Unstructured Evidence Attribution for Long Context Query Focused Summarization
Dustin Wright, Zain Muhammad Mujahid, Lu Wang, Isabelle Augenstein, David Jurgens
2025-02-21
Summary
This paper talks about improving how AI generates summaries from long texts by teaching it to properly cite evidence from all parts of the text, not just the beginning or end.
What's the problem?
AI models often struggle to summarize long texts accurately because they tend to focus more on information at the start or end of the text, ignoring important details in the middle. This makes their summaries less reliable and harder to trust, especially when they fail to show where their information comes from.
What's the solution?
The researchers created a new dataset called SUnsET, which is designed to train AI models to find and use evidence from all parts of a long text. They showed that using this dataset helps AI generate summaries that are more accurate and include proper citations for the evidence used. This method also reduces the bias toward certain parts of the text, making the summaries more balanced.
Why it matters?
This matters because it makes AI-generated summaries more trustworthy and useful, especially for tasks like research or decision-making where knowing the source of information is crucial. By improving how AI handles long texts, this work helps create tools that are better at processing complex documents and providing reliable summaries.
Abstract
Large language models (LLMs) are capable of generating coherent summaries from very long contexts given a user query. Extracting and properly citing evidence spans could help improve the transparency and reliability of these summaries. At the same time, LLMs suffer from positional biases in terms of which information they understand and attend to, which could affect evidence citation. Whereas previous work has focused on evidence citation with predefined levels of granularity (e.g. sentence, paragraph, document, etc.), we propose the task of long-context query focused summarization with unstructured evidence citation.
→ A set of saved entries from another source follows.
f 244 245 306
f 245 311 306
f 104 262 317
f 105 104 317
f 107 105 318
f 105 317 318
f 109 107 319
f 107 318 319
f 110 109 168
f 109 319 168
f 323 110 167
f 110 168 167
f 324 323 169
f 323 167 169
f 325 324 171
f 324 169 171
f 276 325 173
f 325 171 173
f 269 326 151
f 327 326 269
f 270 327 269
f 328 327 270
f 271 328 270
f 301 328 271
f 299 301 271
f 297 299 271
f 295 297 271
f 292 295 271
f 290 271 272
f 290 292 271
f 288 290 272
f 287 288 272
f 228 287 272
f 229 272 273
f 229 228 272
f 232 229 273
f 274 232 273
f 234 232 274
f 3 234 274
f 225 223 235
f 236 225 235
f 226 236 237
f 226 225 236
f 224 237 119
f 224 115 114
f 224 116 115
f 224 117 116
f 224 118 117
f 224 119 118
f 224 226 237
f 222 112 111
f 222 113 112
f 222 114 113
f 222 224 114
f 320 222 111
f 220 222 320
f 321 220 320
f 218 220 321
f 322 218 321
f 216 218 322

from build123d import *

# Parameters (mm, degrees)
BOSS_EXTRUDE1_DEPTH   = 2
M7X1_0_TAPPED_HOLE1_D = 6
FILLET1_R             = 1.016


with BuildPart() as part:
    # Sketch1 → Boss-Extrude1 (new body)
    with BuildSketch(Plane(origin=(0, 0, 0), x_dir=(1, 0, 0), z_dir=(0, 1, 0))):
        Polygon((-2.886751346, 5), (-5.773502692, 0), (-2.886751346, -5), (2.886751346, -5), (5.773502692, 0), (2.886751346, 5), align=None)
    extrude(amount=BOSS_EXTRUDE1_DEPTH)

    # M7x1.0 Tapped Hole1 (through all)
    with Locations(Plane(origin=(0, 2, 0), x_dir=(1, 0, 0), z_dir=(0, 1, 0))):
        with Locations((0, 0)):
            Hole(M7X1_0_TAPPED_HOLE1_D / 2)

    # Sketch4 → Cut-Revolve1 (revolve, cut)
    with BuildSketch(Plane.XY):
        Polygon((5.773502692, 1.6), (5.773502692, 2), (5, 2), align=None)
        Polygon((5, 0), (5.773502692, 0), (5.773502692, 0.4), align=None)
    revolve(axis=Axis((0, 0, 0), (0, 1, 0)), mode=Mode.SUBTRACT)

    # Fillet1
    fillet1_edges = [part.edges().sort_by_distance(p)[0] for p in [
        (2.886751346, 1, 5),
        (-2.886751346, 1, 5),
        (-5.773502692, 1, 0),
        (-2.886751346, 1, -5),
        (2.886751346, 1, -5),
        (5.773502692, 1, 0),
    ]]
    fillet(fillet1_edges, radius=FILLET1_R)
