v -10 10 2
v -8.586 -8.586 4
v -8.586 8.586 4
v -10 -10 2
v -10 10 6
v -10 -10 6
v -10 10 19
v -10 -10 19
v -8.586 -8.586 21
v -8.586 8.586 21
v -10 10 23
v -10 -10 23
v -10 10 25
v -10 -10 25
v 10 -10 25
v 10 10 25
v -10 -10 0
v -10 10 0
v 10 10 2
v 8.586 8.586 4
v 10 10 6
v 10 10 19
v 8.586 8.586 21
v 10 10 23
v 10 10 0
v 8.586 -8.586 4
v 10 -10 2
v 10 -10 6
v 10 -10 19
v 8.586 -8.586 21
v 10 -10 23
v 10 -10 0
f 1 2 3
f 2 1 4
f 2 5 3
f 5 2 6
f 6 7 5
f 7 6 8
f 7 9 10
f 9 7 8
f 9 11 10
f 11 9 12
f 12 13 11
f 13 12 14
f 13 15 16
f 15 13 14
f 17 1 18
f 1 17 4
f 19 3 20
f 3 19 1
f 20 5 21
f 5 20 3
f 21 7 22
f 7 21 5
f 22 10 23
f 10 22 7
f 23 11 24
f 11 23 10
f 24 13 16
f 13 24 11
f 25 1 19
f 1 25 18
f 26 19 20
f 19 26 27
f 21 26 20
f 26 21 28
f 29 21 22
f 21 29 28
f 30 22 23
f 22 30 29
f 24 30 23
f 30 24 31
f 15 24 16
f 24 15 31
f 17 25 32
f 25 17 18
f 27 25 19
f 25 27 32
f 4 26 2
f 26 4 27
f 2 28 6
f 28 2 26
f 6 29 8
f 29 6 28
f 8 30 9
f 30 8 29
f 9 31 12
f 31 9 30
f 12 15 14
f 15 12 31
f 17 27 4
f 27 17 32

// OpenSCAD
H=25;
L=20*sqrt(2);
l=4/sqrt(2);

module bloco(){
	rotate(45)
	rotate_extrude($fn=4)
	difference(){
		square([L/2,H]);

		translate([L/2,l*sqrt(2)])
		rotate(45) square([l,l], center=true);
	
		translate([L/2,H-l*sqrt(2)])
		rotate(45) square([l,l], center=true);
	}
}

module camada(nome, e, p=1){
		for (i=[0:3]){
			rotate(i*90)
			translate([-7.5,10+e-p,5])
			rotate([90,0])
			linear_extrude(height=e)
			translate([-0.5,0])
			scale(2.65)
			translate([0,-14.4])
			import("macaco.dxf", layer=nome);
		}
}

union(){
	difference(){
		bloco();
		camada("cabeca", 1, p=1-0.1);
	}
}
We show how existing systems struggle to generate and properly cite unstructured evidence from their context, and that evidence tends to be "lost-in-the-middle". To help mitigate this, we create the Summaries with Unstructured Evidence Text dataset (SUnsET), a synthetic dataset generated using a novel domain-agnostic pipeline which can be used as supervision to adapt LLMs to this task. We demonstrate across 5 LLMs of different sizes and 4 datasets with varying document types and lengths that LLMs adapted with SUnsET data generate more relevant and factually consistent evidence than their base models, extract evidence from more diverse locations in their context, and can generate more relevant and consistent summaries.